Jeju is split between the tourists & the locals. The tourists usually come from Seoul, are quite affluent & modernized. They zip from A-B, snapping selfies then rushing to the next place. It is uncomfortable watching them sometimes, how desperate they are to do as much as possible & never pausing to reflect or take in something first hand. This isn’t everyone, but it is a common feature of my day to day life: photo food, photo this, then that & not doing it with any attention, just point & click, a document to say I was there. i don’t get it, but i think conversation is for this. i just don’t get that sort of passivity when experiencing anything, it’s all we have.

The locals just work. If you don’t keep your eyes open you could miss them, huddled, retired over their task, in the fields. They look worn, disheveled from a life of wind, salt & soil caked hands. But they are strong, despite their average age being over 70.

Dichotomies expand into other areas, however the foundational essentials to spring board from are: people; weather, the effect of the elements on things, which is so noticeable on an island, knackered stuff, rust, debris outworn objects generally; work, hardship; abandonment, isolation, affluence, wastefulness, abundance, nature thriving in unlikely places, the ocean, critters, food, booze, nature generally- all are recurring themes along with whatever their opposites may be & the conflict or desire for resolution that i may be tousling with in my opinion attempts to clarify my position. i find having an opinion on anything difficult as someone can always counter it, we live in a Sophistic world.

Halla Mt, which is Jeju is always in the background & is frequently present in my poems too. The weather here is Bi-polar & it is just not possible to leave it out, especially as it seems to have done so much to the people, bringing them a rich soil & hard toil.

roof-view

The mermaids too, the Haenyo, are a recurring feature; women who forage abalone, conchs & various mollusks, by hand, free diving, without oxygen, in all seasons. Their abilities, according to my friend who blogs at wearepagans.wordpress.com about Jeju shamanism, are similar to Wim Hof’s cold endurance. The tradition is 1500 years old & only their attire has been upgraded: they now have wet suits.

i knew when i started writing about Jeju that i wanted recurring themes, motifs is probably more apt. After reading Walcott’s White Egrets, which has some wonderful motifs, i knew i could do something similar with Jeju.
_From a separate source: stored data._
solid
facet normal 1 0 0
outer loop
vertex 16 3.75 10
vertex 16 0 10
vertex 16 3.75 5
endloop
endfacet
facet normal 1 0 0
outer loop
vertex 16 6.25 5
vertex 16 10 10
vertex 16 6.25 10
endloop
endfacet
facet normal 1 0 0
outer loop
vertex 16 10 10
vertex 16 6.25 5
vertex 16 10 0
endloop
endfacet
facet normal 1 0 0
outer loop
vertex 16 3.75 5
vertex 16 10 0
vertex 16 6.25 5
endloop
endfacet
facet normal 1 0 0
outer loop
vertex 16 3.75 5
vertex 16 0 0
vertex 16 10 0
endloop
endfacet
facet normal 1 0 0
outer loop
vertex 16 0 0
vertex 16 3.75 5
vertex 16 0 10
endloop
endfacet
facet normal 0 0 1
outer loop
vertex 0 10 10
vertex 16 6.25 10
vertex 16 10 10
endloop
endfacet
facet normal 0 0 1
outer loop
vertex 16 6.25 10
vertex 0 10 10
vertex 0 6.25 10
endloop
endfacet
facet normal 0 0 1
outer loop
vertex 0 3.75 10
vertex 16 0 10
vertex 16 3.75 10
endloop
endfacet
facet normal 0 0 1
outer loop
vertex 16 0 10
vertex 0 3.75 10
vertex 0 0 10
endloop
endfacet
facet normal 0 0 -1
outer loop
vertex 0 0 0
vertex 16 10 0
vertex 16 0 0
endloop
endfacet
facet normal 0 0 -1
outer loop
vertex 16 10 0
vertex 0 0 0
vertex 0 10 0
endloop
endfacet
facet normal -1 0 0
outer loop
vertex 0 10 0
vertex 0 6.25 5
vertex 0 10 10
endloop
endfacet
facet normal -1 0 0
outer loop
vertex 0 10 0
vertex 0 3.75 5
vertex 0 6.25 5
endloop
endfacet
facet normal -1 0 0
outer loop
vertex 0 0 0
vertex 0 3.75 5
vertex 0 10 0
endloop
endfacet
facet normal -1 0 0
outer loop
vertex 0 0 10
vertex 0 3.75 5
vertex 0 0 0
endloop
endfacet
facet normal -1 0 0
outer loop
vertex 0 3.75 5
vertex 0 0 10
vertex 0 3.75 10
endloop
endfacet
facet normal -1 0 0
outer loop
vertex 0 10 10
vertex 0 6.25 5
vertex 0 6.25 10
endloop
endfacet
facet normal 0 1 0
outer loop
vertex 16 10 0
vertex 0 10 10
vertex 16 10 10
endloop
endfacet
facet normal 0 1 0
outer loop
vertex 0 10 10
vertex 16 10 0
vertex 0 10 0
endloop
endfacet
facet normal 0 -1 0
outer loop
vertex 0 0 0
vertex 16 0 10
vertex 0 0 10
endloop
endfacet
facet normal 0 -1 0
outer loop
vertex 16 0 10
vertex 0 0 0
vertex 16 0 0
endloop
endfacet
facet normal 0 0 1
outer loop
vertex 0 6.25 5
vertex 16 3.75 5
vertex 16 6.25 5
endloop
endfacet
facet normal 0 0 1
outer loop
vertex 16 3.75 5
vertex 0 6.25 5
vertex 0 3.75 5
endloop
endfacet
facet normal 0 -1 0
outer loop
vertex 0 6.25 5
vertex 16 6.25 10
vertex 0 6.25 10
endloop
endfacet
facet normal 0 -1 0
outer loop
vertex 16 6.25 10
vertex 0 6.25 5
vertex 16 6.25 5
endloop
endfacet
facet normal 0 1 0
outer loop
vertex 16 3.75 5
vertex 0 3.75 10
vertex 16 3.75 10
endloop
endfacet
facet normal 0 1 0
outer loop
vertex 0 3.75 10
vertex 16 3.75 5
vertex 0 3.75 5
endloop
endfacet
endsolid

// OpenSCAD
$fn = 32;

// ----------------------------------------------------------------------
// Micro clip: slotted block, 5-20 mm class
// ----------------------------------------------------------------------

// --- parameters (mm) ---
block_l = 16;             // block length, X
block_w = 10;             // block width, Y
block_h = 10;             // block height, Z
slot_w = 2.5;             // slot width
slot_d = 5;               // slot depth from the top

difference() {
  cube([block_l, block_w, block_h]);
  translate([-1, block_w / 2 - slot_w / 2, block_h - slot_d])
    cube([block_l + 2, slot_w, slot_d + 1]);
}
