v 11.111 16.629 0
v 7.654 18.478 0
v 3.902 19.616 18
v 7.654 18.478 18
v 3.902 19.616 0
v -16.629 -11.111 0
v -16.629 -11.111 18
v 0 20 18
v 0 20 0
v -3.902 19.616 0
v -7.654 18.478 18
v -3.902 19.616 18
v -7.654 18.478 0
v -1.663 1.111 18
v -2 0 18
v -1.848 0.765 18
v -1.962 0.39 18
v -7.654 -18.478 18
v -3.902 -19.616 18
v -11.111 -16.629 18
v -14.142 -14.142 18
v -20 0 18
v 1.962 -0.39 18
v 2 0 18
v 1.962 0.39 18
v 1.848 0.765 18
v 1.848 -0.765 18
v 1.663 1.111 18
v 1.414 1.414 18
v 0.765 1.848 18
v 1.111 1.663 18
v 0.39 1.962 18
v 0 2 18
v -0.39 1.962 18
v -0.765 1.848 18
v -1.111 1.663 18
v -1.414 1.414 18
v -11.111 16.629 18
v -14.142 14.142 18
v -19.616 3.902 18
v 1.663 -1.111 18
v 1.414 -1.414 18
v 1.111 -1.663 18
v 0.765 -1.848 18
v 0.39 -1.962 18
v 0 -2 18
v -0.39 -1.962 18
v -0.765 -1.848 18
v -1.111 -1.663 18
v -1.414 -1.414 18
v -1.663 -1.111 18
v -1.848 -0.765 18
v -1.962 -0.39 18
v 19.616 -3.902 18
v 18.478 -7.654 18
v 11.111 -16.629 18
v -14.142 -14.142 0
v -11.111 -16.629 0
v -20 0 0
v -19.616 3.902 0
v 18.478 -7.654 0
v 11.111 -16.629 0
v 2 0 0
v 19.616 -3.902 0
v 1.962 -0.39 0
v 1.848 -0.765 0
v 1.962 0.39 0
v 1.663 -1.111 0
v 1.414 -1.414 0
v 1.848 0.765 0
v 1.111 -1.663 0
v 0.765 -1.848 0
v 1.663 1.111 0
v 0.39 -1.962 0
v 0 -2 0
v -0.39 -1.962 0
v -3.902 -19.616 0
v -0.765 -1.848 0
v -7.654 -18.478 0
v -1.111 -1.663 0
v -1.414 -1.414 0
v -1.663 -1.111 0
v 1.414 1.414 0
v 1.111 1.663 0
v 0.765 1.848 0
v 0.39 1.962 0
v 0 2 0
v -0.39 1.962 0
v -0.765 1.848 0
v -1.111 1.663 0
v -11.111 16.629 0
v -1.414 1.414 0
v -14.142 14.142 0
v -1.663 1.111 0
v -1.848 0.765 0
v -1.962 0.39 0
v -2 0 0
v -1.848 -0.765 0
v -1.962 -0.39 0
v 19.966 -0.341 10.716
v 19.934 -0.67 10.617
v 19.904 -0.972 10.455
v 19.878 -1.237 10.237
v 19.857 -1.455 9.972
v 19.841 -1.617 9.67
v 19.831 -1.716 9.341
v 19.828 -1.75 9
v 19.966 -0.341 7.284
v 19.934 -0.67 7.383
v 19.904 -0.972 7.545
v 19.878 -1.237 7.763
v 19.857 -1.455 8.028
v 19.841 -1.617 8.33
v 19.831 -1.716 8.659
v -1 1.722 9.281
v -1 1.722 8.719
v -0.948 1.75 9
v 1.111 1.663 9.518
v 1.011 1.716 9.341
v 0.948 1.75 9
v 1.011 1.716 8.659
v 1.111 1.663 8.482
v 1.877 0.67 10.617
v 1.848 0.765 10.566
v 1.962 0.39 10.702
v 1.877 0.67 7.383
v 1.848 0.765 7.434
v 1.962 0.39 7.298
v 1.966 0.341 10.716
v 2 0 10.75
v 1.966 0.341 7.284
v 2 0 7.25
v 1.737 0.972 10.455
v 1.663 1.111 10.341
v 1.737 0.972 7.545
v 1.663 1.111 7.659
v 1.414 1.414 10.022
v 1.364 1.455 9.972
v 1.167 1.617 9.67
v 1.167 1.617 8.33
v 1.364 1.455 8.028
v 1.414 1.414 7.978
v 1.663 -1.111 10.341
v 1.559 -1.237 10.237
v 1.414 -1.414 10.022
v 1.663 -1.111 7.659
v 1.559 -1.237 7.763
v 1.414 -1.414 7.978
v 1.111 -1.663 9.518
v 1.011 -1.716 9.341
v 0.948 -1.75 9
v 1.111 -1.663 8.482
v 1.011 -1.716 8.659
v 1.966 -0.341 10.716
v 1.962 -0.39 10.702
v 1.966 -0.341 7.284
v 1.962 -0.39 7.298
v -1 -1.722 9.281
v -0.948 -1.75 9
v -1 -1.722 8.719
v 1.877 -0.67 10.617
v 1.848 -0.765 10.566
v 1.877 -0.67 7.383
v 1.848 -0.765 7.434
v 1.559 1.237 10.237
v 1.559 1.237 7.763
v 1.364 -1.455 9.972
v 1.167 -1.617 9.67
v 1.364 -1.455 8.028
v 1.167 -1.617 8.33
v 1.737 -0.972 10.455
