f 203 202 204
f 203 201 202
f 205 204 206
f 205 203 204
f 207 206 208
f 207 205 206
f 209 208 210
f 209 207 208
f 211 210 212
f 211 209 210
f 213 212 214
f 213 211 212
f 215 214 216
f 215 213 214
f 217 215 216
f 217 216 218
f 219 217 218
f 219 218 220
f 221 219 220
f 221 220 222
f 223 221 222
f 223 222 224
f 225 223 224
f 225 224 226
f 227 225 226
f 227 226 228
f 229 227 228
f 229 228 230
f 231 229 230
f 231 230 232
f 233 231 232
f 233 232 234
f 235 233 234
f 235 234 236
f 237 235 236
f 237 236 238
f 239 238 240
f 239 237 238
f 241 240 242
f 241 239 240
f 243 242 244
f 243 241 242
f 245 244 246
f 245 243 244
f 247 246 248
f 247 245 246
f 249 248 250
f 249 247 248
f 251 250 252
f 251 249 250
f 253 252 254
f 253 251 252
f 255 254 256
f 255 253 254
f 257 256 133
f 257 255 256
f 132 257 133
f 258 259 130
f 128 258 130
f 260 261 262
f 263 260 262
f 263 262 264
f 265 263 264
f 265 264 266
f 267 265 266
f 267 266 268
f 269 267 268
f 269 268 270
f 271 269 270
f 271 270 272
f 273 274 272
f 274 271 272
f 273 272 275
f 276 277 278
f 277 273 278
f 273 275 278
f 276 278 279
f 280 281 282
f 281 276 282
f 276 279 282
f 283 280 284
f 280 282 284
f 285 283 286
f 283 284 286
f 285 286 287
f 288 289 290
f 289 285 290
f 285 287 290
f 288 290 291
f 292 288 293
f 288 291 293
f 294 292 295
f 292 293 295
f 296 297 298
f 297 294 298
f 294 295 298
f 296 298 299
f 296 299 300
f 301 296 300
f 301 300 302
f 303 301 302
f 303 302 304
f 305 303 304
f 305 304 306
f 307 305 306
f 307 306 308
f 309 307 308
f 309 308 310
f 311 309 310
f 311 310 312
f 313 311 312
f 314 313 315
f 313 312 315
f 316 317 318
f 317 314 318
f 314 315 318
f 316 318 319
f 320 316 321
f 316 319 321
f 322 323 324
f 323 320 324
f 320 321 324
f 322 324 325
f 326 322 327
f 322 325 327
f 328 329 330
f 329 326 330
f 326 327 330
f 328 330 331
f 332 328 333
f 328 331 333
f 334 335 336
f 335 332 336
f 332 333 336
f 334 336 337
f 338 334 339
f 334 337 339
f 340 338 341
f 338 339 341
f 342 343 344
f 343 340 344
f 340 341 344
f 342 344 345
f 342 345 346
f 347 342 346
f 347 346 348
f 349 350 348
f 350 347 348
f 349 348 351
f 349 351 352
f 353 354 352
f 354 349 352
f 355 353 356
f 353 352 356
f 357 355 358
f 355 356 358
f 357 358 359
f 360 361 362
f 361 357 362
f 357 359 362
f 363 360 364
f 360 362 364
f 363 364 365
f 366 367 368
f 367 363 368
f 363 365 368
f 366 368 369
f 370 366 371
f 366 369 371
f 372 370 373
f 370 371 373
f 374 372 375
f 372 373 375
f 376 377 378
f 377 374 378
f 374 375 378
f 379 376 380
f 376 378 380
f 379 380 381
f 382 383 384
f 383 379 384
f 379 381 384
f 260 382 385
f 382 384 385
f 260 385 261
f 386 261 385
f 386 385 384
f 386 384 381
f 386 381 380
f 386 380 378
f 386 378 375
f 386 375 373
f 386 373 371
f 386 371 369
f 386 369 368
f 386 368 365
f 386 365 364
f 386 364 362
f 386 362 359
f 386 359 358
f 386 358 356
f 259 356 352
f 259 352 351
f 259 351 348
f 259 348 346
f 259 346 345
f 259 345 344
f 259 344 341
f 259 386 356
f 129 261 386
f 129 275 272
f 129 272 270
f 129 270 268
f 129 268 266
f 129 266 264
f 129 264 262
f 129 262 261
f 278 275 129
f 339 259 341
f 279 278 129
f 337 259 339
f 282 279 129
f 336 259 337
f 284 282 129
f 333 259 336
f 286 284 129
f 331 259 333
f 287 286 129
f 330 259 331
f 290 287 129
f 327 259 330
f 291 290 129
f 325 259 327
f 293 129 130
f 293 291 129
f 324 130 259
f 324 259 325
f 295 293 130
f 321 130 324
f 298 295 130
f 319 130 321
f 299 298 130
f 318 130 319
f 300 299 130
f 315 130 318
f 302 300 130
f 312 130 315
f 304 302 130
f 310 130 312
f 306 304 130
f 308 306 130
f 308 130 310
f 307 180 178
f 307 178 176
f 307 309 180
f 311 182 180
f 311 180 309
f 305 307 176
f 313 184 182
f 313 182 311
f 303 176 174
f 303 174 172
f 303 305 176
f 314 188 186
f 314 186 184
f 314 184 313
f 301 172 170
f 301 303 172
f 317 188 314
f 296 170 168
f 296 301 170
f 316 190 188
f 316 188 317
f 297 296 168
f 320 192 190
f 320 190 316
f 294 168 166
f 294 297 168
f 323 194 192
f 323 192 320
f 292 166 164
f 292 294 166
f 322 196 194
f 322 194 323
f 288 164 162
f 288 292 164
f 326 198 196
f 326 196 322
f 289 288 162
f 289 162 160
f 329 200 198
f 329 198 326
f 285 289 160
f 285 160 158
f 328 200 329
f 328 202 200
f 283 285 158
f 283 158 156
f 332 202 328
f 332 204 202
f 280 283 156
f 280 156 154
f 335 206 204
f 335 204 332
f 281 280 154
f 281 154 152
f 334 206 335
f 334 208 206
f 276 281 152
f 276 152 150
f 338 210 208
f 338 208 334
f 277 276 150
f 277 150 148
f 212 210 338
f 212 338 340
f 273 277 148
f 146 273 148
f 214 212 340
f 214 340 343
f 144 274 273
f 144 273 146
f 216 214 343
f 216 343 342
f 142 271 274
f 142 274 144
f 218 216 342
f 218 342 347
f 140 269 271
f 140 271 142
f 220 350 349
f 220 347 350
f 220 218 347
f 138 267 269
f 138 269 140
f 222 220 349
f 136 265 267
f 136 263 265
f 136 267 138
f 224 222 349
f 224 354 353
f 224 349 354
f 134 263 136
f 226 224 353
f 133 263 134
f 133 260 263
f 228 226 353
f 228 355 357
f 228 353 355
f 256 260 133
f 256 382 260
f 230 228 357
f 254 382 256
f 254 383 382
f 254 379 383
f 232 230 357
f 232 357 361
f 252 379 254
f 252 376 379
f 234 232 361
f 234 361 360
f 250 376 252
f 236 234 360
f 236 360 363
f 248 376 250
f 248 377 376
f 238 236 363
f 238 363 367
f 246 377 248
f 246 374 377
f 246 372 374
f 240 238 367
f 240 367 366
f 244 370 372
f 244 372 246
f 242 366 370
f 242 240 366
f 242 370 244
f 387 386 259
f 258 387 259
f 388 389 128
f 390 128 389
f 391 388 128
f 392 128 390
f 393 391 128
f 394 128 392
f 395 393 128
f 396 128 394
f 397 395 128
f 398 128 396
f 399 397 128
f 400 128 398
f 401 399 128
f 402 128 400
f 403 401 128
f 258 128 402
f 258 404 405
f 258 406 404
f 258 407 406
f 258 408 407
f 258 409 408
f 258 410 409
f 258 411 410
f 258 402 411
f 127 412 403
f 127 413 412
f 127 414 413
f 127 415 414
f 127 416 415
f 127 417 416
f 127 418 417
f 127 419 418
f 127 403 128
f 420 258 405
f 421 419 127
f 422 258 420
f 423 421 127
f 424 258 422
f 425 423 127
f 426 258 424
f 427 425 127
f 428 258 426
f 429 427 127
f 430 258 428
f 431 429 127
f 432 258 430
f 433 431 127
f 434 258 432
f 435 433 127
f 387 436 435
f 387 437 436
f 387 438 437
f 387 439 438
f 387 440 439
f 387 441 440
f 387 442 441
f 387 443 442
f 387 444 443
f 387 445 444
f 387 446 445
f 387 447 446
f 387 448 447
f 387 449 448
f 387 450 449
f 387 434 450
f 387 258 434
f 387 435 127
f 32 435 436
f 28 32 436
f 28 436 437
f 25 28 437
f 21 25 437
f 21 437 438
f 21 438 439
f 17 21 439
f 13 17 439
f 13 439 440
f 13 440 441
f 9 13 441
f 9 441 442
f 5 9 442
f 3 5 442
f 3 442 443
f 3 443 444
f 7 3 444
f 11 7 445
Alcohol: Jeju fishermen, construction workers & farmers like to drink, not like, need to drink. Soju, a non-distilled spirit & makkoli usually crop up in the poems as they are drank at all times of day. Makkoli is especially popular & useful as it is made with just fomented rice & tastes good. After a bottle you get a surge of energy & both fight off the numbing cold wind of winter. The chap who did our electrics during the construction of our guesthouse would turn up, ask for a bottle of makkoli, get it down him in three bowls, one gulp each, then & only then would he start any work. For lunch despite rice, soup & side dishes on offer, he would eat just a few mouthfuls of green onion kimchi & a bottle or two of makkoli. i asked if he ate or drank anything else, he said no. He worked damn hard & even though pushing 70 he looked much younger & suffered from no ill health.

Drinking in Korea is just part of life, there are no taboos really, i can’t really think of any, even women get shit faced.

As to what you won’t find here, i suppose you won’t find a lot of comfort because comfort is a dichotomy of so much discomfort; so my mention of it will usually be focused on the irony. i have never been interested in the usual comforts people feel they need or deserve. i have never lived in a nice house or flat, never had a nice comfy bed. i have always made do, because that is how i like to live. If i wasn’t like this i could not have built a guesthouse, i could not endure the loneliness i have lived with nor take leaps in the dark.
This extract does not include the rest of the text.